Я тоже читаю Патти Смит какую-нибудь и думаю: «Это просто я. Это просто тупо я». А потом я понимаю, что это вообще не я. У меня была более-менее нормальная жизнь. Но с другой стороны, мне иногда кажется, что я что-то упускаю. Что нужно в какое-то дерьмо погрузиться — и тогда все попрет. И музыка будет хорошая, и тексты. Но это, знаешь, тоже выдумка, типа нужны какие-то определенные условия для творчества. Я думаю: «Да, нужно изолироваться, уехать куда-то — и я напишу альбом». Это не так.
Закончим про «керамику». Каким получился альбом, на твой взгляд?

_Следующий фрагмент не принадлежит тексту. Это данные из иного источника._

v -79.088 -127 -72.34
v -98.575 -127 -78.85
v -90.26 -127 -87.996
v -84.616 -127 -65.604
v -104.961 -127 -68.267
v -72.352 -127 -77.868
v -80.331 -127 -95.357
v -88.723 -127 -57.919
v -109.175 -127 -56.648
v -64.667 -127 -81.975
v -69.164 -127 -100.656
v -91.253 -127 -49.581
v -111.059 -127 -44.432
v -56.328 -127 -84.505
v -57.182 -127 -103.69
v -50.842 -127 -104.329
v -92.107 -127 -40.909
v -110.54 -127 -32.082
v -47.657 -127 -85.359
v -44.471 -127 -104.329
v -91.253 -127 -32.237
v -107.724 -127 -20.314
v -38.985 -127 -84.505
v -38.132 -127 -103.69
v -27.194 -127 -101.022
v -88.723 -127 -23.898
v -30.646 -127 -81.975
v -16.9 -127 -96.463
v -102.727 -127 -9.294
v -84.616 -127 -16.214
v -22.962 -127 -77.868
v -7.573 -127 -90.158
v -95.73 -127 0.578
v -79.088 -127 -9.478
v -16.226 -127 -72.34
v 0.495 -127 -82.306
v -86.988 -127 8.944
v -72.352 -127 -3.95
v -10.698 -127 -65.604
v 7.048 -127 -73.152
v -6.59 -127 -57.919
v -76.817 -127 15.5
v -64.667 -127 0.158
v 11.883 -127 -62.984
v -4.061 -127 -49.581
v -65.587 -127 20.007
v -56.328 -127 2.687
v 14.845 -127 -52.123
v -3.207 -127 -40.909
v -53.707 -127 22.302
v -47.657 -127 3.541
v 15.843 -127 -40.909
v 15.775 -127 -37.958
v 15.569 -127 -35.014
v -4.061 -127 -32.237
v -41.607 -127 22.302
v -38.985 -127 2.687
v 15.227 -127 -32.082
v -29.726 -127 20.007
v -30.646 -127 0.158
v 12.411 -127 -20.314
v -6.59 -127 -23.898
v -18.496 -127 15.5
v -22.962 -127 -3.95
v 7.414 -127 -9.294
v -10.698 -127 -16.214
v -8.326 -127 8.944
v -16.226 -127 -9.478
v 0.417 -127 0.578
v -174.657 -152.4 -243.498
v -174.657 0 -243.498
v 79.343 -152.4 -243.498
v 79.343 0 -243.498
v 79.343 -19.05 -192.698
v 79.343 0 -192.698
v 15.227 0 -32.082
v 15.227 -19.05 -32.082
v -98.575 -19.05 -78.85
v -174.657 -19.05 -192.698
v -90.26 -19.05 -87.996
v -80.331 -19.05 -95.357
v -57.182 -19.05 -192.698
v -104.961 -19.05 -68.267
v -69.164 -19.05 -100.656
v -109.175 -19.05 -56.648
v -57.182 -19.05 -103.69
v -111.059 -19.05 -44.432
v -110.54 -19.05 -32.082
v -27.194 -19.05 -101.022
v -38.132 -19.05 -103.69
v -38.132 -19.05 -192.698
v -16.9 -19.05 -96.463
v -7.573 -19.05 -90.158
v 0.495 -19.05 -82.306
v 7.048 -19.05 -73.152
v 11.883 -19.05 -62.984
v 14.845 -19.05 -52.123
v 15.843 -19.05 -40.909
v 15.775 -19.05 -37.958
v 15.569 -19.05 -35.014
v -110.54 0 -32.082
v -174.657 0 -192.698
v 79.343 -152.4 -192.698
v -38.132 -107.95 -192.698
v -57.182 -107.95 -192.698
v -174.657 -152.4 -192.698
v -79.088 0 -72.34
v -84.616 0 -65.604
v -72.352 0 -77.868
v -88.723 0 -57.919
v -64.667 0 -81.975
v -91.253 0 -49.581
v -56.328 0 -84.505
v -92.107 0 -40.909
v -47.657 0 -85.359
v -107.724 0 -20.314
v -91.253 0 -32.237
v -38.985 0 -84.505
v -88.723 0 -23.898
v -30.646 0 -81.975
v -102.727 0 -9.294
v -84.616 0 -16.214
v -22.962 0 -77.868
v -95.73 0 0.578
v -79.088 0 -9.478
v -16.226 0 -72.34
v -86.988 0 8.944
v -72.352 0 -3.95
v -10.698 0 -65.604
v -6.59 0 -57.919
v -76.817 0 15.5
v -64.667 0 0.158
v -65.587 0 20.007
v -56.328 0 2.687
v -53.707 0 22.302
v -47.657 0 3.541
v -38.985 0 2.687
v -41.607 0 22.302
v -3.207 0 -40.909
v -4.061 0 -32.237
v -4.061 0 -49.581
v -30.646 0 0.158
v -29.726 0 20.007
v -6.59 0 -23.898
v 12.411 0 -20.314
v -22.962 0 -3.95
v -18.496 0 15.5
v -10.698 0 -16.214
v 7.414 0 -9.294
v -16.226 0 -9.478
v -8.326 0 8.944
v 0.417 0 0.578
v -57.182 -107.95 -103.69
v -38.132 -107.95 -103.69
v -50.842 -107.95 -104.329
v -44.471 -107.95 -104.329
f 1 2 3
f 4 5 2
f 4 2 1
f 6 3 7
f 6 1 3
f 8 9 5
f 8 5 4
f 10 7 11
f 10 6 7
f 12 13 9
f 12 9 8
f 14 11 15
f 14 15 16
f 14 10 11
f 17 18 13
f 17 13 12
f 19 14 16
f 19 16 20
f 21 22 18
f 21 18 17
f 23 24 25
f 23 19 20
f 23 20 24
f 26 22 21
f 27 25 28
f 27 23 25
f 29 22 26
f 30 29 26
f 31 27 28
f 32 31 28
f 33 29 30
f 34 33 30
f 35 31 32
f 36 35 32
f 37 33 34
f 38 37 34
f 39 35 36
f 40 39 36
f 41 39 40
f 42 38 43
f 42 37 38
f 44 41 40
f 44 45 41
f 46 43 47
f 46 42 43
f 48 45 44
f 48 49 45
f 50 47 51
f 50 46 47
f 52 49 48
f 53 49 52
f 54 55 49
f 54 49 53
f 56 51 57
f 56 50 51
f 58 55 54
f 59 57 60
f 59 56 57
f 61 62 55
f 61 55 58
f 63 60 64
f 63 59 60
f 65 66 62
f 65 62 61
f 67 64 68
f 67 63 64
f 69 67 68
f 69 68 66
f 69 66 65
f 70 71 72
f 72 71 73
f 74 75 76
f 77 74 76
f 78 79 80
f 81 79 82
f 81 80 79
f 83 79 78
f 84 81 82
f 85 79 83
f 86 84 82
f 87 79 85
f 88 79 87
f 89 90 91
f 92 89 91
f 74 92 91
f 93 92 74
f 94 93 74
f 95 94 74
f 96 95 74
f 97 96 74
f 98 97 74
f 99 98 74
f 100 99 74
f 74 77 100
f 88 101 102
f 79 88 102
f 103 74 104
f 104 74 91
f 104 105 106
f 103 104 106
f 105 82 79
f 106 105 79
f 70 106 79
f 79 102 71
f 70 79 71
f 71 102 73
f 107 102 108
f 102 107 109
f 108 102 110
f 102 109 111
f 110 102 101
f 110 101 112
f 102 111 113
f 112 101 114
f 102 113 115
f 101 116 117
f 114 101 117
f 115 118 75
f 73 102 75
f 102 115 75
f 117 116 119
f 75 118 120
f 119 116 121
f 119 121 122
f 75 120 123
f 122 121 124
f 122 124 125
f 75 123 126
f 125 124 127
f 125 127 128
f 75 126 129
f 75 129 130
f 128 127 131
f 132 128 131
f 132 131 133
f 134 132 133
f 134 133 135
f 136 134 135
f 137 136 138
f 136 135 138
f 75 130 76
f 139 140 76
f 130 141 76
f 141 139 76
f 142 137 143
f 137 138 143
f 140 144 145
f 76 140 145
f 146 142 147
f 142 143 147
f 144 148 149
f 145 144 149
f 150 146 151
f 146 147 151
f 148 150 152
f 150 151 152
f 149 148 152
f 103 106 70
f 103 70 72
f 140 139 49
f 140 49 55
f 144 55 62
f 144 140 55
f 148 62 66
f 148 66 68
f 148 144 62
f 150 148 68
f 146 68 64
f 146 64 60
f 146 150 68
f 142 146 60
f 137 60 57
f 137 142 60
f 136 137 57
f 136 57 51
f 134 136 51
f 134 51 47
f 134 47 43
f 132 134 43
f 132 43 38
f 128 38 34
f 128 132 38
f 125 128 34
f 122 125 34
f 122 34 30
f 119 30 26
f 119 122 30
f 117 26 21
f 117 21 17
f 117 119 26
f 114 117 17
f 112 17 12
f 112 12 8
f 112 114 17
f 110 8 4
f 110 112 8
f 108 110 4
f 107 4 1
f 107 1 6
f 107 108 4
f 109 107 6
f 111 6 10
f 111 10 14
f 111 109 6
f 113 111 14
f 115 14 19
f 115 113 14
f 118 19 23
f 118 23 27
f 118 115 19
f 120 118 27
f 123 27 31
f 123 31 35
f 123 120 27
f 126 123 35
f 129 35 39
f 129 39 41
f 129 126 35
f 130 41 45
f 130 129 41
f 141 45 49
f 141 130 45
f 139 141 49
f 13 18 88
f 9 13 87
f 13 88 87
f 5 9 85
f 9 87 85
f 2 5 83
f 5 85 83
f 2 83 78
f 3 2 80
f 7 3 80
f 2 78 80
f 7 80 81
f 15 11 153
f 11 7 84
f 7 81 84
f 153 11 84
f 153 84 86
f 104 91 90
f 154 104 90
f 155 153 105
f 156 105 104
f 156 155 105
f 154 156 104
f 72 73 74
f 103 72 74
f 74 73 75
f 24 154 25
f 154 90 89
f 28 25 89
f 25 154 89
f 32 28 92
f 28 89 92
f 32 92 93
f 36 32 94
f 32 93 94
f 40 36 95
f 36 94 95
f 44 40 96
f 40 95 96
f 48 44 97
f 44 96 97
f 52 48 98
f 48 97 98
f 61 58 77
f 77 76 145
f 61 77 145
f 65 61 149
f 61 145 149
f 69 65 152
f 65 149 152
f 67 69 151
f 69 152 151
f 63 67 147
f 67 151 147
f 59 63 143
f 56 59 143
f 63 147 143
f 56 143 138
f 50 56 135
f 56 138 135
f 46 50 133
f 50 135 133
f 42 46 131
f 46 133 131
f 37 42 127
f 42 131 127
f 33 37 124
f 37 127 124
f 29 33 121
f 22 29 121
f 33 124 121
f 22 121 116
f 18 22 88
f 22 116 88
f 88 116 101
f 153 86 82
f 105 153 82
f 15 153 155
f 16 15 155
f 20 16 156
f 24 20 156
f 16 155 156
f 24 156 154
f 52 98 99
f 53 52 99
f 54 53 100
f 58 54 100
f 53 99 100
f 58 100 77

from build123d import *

# Parameters (mm, degrees)
F1_DEPTH = 152.4
F2_DEPTH = 19.05
F0_R     = 44.45
F3_DEPTH = 127
F4_DEPTH = 107.95


with BuildPart() as f1:
    # F0 (on Front) → F1 (new body)
    with BuildSketch(Plane.XZ):
        Polygon((79.34329, -243.498236), (79.34329, -192.698236), (-38.13171, -192.698236), (-57.18171, -192.698236), (-174.65671, -192.698236), (-174.65671, -243.498236), align=None)
    extrude(amount=F1_DEPTH)

    # F0 (on Front) → F2 (join)
    with BuildSketch(Plane.XZ):
        with BuildLine():
            ThreePointArc((-57.18171, -103.690338), (-98.575122, -78.850381), (-110.540249, -32.082083))
            Line((-110.540249, -32.082083), (-174.65671, -192.698236))
            Line((-174.65671, -192.698236), (-57.18171, -192.698236))
            Line((-57.18171, -192.698236), (-57.18171, -103.690338))
        make_face()
        with BuildLine():
            ThreePointArc((15.226829, -32.082083), (15.688987, -36.48468), (15.84329, -40.908777))
            ThreePointArc((15.84329, -40.908777), (0.494549, -82.305712), (-38.13171, -103.690338))
            Line((-38.13171, -103.690338), (-38.13171, -192.698236))
            Line((-38.13171, -192.698236), (79.34329, -192.698236))
            Line((79.34329, -192.698236), (15.226829, -32.082083))
        make_face()
    extrude(amount=F2_DEPTH)

    # F0 (on Front) → F3 (join)
    with BuildSketch(Plane.XZ):
        with BuildLine():
            ThreePointArc((-38.13171, -103.690338), (0.494549, -82.305712), (15.84329, -40.908777))
            ThreePointArc((15.84329, -40.908777), (15.688987, -36.48468), (15.226829, -32.082083))
            ThreePointArc((15.226829, -32.082083), (-47.65671, 22.591223), (-110.540249, -32.082083))
            ThreePointArc((-110.540249, -32.082083), (-98.575122, -78.850381), (-57.18171, -103.690338))
            ThreePointArc((-57.18171, -103.690338), (-47.65671, -104.408777), (-38.13171, -103.690338))
        make_face()
        with Locations((-47.65671, -40.908777)):
            Circle(F0_R, mode=Mode.SUBTRACT)
    extrude(amount=F3_DEPTH)

    # F0 (on Front) → F4 (join)
    with BuildSketch(Plane.XZ):
        with BuildLine():
            Line((-38.13171, -192.698236), (-38.13171, -103.690338))
            ThreePointArc((-38.13171, -103.690338), (-47.65671, -104.408777), (-57.18171, -103.690338))
            Line((-57.18171, -103.690338), (-57.18171, -192.698236))
            Line((-57.18171, -192.698236), (-38.13171, -192.698236))
        make_face()
    extrude(amount=F4_DEPTH)


solid = f1.part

Я думала, что получится отстой, что я вообще чего-то другого хотела. Потом я думала: «Ну, ладно, я так долго его уже делаю. Надо его выпустить. Понятно, что не такой уже крутой, как “пепел”, но в целом пойдет». Мы его выпустили — и сейчас я понимаю, что процесс был очень крутым. Я очень с приятными чувствами вспоминаю, как мы его записывали. Получилась мозаика, получился классный пазл из всего, что мне нравилось за последние два года. Мне нравится, что этот альбом — как портал в другой мир, куда ты погружаешься на полчаса. Это история, замкнутая в самой себе.
Мы уже играли этот альбом в туре, потому что хотелось людям, к которым мы еще не скоро приедем, показать все, что скоро выйдет. На всяких фестивалях тоже по чуть-чуть играли эти песни. И я подумала, что будет скучно на презентации альбома просто выйти и сыграть их, как обычно. Мы решили, что часть песен аранжируем с камерным оркестром. Думаю, на это стоит посмотреть — будет интересный лайв.
Последний вопрос. Есть ли у тебя какое-то главное воспоминание или впечатление, событие из жизни, через которое ты синхронизируешься с собой? Какой-то момент, который ярко показывает, каким ты видишь мир.
Есть одно такое событие, к которому я часто возвращаюсь. Оно мистическое немножко. Мне было, наверное, года три: мы с мамой поехали на какой-то субботник — убирать, не помню, детский лагерь за городом. Кажется, это было на стыке весны и лета, потому что родители убирали листья, которые с осени пролежали там всю зиму.
Мы доехали до туда на электричке. Я там особо ничем не занималась, просто была рядом со всеми — или только с мамой. Мама дала мне вареное яйцо, чтобы я его съела. И как-то так получилось странно. Она дает мне это яйцо, я делаю два шага в сторону — и оказываюсь в каком-то замкнутом мире. И я не понимаю, как оттуда выйти.
Там, значит, такая речка течет, коричневая, с железной водой. Я стою, у меня в руках яйцо, а надо мной деревья образуют купол, и они такие желто-зеленые. Там все было залито золотом и мерцало. Каким-то образом в это замкнутое пространство проникал солнечный свет. И я не понимаю, что мне делать, потому что я не знаю, как я туда попала. Я буквально зашла за какой-то дом — и все, я там. А как выйти — непонятно.
И знаешь, я стою с этим яйцом. Я думаю: «Так, у меня есть яйцо. Я смогу продержаться какое-то время и выжить». Я вижу вереницу муравьев и говорю: «Блин, помогите мне, пожалуйста. Как отсюда выбраться? Вы, наверное, знаете?». Они мне не отвечают. Я говорю: «Пожалуйста, березы, помогите мне отсюда выйти». Они мне не отвечают. У реки прошу, типа: «Пж, я не хочу здесь находиться». Она молчит.
Но все вокруг живое. Все дышащее, магическое. И только когда я у всех попросила помощи, у всех деревьев, рек и муравьев, я сделала два шага обратно — и выбралась оттуда. Когда я вспоминаю об этом, я думаю, что это был мой мир. Я вот такая.